Mit der von Erzbischof Stefan Heße geleiteten Pontifikalvesper endete am Sonntagnachmittag (4. Februar) die diesjährige Sankt-Ansgar-Woche der Hamburger Katholiken, die traditionell in der Hamburger Hauptkirche St. Michaelis – dem Hamburger „Michel“ gefeiert wurde. Als Festprediger begrüßte Erzbischof Stefan zusammen mit dem Hausherrn, Hauptpastor Alexander Röder, den evangelischen Pastor Markus Meckel, ehemaliger SPD-Bundestagsabgeordneter und letzter Außenminister der DDR.

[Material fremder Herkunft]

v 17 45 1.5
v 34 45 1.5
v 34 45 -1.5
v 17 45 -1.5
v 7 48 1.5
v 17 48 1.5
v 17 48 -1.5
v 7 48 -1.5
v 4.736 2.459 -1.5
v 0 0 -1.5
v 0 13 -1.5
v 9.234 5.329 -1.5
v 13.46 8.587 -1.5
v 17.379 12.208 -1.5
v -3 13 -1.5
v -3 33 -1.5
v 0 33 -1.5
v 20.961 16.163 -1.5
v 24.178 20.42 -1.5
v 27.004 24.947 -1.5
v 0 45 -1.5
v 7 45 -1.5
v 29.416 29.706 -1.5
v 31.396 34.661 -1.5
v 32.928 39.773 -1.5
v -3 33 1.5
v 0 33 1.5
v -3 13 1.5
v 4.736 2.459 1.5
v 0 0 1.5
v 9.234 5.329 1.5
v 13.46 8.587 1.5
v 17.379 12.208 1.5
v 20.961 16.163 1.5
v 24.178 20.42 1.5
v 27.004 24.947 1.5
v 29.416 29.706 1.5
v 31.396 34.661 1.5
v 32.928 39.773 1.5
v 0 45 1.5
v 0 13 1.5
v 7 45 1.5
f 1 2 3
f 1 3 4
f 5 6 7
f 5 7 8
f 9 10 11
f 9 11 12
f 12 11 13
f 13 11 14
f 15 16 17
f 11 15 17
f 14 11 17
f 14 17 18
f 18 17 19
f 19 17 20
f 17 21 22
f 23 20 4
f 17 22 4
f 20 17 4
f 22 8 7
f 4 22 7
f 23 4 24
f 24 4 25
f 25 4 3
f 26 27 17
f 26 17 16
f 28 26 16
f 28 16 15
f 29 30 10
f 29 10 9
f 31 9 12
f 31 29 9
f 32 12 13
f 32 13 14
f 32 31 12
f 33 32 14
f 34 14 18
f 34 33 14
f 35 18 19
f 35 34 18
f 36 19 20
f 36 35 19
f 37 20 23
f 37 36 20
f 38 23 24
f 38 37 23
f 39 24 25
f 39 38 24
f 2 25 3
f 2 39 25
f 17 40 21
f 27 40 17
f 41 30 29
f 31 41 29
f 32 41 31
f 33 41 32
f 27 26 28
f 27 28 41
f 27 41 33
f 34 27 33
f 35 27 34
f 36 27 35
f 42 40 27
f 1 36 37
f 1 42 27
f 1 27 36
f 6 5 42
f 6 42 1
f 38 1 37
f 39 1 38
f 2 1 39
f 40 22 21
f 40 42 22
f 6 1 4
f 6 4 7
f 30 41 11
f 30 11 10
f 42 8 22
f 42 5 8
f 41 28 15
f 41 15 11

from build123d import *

# Parameters (mm, degrees)
EXTRUDE_1_DEPTH = 1.5


with BuildPart() as part:
    # 草图2 → 凸台-拉伸1 (new body, symmetric)
    with BuildSketch(Plane.XY):
        with BuildLine():
            Line((0, 45), (0, 33))
            Line((0, 33), (-3, 33))
            Line((-3, 33), (-3, 13))
            Line((-3, 13), (0, 13))
            Line((0, 13), (0, 0))
            ThreePointArc((0, 0), (22.61707334, 18.255989032), (34, 45))
            Line((34, 45), (17, 45))
            Line((17, 45), (17, 48))
            Line((17, 48), (7, 48))
            Line((7, 48), (7, 45))
            Line((7, 45), (0, 45))
        make_face()
    extrude(amount=EXTRUDE_1_DEPTH, both=True)


solid = part.part
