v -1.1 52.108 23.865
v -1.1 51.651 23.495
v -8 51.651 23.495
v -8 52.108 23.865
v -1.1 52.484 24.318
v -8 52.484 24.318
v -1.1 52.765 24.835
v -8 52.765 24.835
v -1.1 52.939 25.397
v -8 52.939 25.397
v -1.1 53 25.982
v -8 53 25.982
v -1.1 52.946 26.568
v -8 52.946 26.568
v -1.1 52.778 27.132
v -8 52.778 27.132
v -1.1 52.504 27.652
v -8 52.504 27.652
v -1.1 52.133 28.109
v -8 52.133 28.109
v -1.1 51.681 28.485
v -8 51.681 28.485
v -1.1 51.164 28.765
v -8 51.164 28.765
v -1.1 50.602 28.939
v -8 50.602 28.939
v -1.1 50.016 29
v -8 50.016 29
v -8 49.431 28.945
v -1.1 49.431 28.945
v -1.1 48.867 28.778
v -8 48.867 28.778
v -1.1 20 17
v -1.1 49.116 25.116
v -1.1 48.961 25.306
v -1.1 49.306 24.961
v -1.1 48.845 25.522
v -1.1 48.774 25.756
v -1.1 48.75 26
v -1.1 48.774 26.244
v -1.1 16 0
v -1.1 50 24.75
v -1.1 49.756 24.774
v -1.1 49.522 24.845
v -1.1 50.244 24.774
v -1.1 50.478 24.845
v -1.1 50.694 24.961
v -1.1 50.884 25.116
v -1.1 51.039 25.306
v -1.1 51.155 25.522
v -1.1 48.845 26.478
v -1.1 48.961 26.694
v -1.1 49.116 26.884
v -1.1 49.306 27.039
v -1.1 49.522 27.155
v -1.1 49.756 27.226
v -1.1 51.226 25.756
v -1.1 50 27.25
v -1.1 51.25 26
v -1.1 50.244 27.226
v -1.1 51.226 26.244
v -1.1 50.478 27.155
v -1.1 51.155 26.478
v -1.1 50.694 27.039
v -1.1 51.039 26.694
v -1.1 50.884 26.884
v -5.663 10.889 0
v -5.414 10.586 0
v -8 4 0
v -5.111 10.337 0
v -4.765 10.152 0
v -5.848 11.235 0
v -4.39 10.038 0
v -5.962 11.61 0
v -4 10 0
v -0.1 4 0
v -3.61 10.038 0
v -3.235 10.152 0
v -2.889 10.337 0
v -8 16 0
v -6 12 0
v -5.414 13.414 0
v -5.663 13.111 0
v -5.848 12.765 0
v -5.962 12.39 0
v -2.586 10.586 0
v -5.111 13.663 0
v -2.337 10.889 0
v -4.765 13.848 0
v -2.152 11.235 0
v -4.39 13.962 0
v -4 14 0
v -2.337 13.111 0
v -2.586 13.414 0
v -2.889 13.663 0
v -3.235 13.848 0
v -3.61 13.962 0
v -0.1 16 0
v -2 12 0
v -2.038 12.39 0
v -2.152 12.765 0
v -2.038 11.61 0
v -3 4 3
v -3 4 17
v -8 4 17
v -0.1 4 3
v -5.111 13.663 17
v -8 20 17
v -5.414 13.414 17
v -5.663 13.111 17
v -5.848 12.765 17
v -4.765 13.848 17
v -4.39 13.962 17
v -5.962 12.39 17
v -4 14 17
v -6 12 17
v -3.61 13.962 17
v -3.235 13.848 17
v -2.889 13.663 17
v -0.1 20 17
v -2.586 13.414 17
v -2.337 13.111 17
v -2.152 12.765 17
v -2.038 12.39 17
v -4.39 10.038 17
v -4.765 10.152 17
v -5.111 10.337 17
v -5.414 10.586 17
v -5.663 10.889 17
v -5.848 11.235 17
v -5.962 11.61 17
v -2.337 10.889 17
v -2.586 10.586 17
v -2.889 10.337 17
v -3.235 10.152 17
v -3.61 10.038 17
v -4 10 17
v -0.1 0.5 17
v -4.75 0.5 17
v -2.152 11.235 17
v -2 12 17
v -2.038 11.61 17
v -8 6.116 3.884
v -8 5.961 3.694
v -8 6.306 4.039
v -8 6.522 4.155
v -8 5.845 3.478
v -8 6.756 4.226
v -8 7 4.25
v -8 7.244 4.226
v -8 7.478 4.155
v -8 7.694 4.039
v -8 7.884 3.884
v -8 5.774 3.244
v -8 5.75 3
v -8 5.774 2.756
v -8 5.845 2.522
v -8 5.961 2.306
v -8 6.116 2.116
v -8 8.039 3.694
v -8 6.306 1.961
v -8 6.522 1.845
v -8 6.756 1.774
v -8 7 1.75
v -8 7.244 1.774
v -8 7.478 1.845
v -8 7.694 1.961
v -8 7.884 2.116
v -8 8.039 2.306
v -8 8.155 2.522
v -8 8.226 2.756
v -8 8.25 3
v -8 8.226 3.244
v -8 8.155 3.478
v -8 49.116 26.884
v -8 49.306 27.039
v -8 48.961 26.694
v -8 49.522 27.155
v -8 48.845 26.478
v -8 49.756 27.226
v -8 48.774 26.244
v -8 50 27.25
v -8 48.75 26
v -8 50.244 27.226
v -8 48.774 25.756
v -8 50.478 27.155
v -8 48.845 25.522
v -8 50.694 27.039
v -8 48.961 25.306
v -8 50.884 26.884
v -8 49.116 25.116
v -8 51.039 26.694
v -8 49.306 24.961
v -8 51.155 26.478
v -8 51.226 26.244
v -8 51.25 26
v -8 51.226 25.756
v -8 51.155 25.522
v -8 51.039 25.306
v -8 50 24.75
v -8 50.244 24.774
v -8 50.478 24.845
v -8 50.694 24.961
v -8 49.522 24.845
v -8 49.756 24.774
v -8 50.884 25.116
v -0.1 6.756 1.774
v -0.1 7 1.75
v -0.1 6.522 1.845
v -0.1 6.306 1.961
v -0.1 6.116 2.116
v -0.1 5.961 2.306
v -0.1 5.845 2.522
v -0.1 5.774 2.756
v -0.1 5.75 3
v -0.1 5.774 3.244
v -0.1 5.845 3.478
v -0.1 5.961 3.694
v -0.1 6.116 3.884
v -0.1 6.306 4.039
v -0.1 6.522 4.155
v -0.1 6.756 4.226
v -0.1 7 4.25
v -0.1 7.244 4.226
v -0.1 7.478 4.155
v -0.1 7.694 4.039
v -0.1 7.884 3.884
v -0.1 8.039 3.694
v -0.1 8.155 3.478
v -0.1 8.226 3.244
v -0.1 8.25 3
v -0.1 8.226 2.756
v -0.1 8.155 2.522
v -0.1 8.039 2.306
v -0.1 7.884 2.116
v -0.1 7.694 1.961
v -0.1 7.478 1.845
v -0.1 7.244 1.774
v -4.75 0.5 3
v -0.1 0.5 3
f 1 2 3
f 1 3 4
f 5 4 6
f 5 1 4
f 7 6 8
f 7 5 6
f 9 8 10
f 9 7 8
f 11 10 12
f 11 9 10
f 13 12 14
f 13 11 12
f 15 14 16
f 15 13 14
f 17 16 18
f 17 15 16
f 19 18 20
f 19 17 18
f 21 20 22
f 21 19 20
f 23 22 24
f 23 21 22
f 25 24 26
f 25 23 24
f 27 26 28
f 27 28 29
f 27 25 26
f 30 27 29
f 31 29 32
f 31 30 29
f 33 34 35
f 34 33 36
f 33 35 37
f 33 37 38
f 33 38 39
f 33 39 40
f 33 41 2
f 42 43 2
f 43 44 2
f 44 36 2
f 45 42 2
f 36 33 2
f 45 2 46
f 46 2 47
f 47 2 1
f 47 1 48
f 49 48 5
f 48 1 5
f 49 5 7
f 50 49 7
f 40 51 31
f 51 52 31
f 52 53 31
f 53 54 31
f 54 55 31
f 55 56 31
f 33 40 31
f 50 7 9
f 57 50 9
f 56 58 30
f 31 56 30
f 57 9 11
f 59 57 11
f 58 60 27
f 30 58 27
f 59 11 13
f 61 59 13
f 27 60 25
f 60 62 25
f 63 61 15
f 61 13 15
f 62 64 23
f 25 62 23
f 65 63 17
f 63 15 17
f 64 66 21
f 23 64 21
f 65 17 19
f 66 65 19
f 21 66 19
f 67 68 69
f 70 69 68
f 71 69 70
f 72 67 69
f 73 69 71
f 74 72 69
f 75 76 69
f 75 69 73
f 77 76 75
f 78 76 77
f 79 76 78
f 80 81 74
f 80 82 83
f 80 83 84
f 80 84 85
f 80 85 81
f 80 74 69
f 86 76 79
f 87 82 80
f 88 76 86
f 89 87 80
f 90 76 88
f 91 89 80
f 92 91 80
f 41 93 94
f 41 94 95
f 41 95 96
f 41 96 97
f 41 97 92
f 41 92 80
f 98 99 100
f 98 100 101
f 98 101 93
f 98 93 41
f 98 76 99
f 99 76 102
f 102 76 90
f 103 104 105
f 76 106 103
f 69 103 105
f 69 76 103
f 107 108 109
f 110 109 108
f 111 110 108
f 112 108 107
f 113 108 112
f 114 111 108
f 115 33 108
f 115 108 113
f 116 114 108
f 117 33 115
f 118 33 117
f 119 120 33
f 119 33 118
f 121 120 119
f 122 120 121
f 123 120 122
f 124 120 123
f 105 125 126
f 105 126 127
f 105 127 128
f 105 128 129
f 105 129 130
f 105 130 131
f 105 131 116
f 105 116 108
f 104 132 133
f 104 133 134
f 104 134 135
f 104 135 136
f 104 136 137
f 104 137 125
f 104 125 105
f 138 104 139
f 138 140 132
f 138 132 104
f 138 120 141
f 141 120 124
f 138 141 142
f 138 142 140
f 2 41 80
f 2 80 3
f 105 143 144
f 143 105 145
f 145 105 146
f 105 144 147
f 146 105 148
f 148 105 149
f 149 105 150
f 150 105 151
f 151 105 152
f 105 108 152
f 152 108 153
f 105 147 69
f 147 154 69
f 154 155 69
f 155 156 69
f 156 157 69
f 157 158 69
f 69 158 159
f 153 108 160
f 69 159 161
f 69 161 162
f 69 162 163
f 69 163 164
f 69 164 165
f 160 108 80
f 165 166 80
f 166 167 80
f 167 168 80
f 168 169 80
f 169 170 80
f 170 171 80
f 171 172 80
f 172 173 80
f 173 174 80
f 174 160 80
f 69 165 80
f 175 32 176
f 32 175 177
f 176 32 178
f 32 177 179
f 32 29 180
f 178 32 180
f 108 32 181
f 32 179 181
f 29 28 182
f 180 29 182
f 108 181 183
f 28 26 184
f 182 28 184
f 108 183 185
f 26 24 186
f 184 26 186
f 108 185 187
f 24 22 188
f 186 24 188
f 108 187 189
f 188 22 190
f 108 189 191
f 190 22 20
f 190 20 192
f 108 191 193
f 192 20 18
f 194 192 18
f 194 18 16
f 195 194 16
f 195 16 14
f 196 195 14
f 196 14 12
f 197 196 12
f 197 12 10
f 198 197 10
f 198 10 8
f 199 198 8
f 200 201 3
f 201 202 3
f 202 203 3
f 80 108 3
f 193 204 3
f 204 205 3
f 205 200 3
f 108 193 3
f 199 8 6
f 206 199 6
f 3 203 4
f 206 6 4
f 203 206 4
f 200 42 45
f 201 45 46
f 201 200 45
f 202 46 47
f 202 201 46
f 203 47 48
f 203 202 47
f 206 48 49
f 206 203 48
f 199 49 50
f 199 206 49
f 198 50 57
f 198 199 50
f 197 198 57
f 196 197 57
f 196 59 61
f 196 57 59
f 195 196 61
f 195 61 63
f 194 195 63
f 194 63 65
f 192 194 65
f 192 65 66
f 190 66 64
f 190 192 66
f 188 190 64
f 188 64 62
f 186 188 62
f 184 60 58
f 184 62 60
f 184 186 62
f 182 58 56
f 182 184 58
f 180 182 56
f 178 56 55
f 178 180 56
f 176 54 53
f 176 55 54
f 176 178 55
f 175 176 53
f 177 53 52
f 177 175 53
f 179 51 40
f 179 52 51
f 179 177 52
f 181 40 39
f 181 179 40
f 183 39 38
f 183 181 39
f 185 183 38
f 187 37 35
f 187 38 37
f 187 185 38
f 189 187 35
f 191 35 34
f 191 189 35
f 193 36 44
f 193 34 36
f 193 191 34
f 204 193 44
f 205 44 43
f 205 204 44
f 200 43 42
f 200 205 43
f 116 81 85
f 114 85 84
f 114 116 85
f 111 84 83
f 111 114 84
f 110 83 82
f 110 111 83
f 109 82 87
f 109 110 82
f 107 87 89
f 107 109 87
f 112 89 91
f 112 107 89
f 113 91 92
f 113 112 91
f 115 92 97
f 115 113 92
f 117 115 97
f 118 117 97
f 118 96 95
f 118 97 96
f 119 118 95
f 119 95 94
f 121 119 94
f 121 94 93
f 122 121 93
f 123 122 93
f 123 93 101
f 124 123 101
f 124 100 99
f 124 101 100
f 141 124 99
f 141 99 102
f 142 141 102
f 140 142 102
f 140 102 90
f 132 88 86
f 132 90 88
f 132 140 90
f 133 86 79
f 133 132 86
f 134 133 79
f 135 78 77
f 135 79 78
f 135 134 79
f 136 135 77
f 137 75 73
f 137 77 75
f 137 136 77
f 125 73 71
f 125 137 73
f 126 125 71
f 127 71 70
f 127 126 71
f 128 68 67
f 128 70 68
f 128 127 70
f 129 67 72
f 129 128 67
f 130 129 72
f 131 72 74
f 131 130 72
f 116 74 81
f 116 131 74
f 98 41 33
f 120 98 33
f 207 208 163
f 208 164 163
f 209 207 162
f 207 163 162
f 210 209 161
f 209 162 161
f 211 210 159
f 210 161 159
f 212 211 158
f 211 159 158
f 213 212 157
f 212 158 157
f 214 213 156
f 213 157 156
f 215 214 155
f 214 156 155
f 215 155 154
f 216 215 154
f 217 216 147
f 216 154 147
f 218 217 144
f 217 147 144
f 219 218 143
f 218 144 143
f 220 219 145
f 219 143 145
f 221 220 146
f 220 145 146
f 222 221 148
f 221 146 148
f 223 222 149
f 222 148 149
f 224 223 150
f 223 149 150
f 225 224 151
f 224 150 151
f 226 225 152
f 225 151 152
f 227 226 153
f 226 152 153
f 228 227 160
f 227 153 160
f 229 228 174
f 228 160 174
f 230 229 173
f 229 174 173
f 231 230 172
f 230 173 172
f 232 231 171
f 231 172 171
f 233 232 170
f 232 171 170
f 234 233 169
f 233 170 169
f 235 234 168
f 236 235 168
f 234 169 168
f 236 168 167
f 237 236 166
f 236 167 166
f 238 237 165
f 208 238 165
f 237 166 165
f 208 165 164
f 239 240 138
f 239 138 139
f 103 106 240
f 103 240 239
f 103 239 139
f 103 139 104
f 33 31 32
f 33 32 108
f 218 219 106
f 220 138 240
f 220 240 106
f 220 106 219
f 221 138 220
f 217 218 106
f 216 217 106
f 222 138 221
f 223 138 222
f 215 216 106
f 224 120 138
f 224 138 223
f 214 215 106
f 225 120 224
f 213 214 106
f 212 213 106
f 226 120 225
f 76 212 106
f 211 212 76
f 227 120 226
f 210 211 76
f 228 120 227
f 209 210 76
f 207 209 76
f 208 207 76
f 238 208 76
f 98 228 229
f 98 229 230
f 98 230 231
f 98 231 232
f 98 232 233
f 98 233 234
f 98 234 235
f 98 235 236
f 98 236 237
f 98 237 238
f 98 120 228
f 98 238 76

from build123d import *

# Parameters (mm, degrees)
SKETCH1_R             = 1.25
BOSS_EXTRUDE1_DEPTH   = 8
CUT_EXTRUDE2_DEPTH    = 61.942595941
M3X0_5_TAPPED_HOLE1_D = 2.5
SKETCH7_W             = 8
SKETCH7_H             = 0.5
CUT_EXTRUDE3_DEPTH    = 61.942595941
SKETCH8_R             = 2
CUT_EXTRUDE4_DEPTH    = 57.231663678
SKETCH9_W             = 38.671878994
SKETCH9_H             = 56.45112265
CUT_EXTRUDE5_DEPTH    = 8.1
CUT_EXTRUDE6_DEPTH    = 3
CUT_EXTRUDE8_START    = -1
CUT_EXTRUDE8_DEPTH    = 1


with BuildPart() as part:
    # Sketch1 → Boss-Extrude1 (new body)
    with BuildSketch(Plane(origin=(0, 0, 0), x_dir=(0, 0, -1), z_dir=(1, 0, 0))):
        with BuildLine():
            Line((0, 0), (0, 16))
            Line((0, 16), (-23.49505807, 51.650837947))
            ThreePointArc((-23.49505807, 51.650837947), (-27.398738146, 52.653965259), (-28.777698581, 48.866690426))
            Line((-28.777698581, 48.866690426), (-17, 20))
            Line((-17, 20), (-17, 0))
            Line((-17, 0), (0, 0))
        make_face()
        with Locations((-26, 50)):
            Circle(SKETCH1_R, mode=Mode.SUBTRACT)
    boss_extrude1 = extrude(amount=BOSS_EXTRUDE1_DEPTH)

    # Sketch3 → Cut-Extrude2 (cut, through all)
    with BuildSketch(Plane(origin=(0, 0, 0), x_dir=(-1, 0, 0), z_dir=(0, 0, -1))):
        Polygon((-8, 0), (-5, 0), (-3, 4), (-8, 4), align=None)
    cut_extrude2 = extrude(amount=-CUT_EXTRUDE2_DEPTH, mode=Mode.SUBTRACT)

    # M3x0.5 Tapped Hole1 (through all)
    with Locations(Plane(origin=(8, 7, 3), x_dir=(0, 0, 1), z_dir=(1, 0, 0))):
        with Locations((0, 0)):
            m3x0_5_tapped_hole1 = Hole(M3X0_5_TAPPED_HOLE1_D / 2)

    # Sketch7 → Cut-Extrude3 (cut, through all)
    with BuildSketch(Plane(origin=(0, 0, 0), x_dir=(-1, 0, 0), z_dir=(0, 0, -1))):
        with Locations((-4, 0.25)):
            Rectangle(SKETCH7_W, SKETCH7_H)
    cut_extrude3 = extrude(amount=-CUT_EXTRUDE3_DEPTH, mode=Mode.SUBTRACT)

In den aktuell bewegten Zeiten erinnerte Pastor Meckel an die besonders für Deutschland eindrucksvollen Jahre rund um die Wende 1989, die 1990 in der Wiedervereinigung des getrennten Deutschlands mündete. „Für mich ist diese Zeit damals immer noch ein Wunder – und ein Geschenk Gottes! 45 Jahre, nachdem wir Deutschen so viel Schrecken und Tod über ganz Europa und darüber hinausgebracht haben, nach Jahrzehnten der Diktaturerfahrung und der deutschen und europäischen Teilung wurde es möglich, dass wir uns in Freiheit vereinigen – und das mit Akzeptanz aller unserer Nachbarn, die so viel von uns erlitten haben.“  Es war „eine Glücksstunde der Deutschen im 20. Jahrhundert“. Viele Akteure der friedlichen Revolution vom November 1989 kamen aus den Kirchen und waren auch geprägt von der Europäischen Ökumenischen Versammlung im Mai des Wendejahres. Hier wurden Gerechtigkeit, Frieden und Bewahrung der Schöpfung als die zentralen Herausforderungen formuliert. „Weder die soziale Frage, die der Gerechtigkeit, noch die Bewahrung der Schöpfung, also die Klimafrage, sind für uns erledigt. Ihre Dringlichkeit steht uns heute noch weit stärker vor Augen“.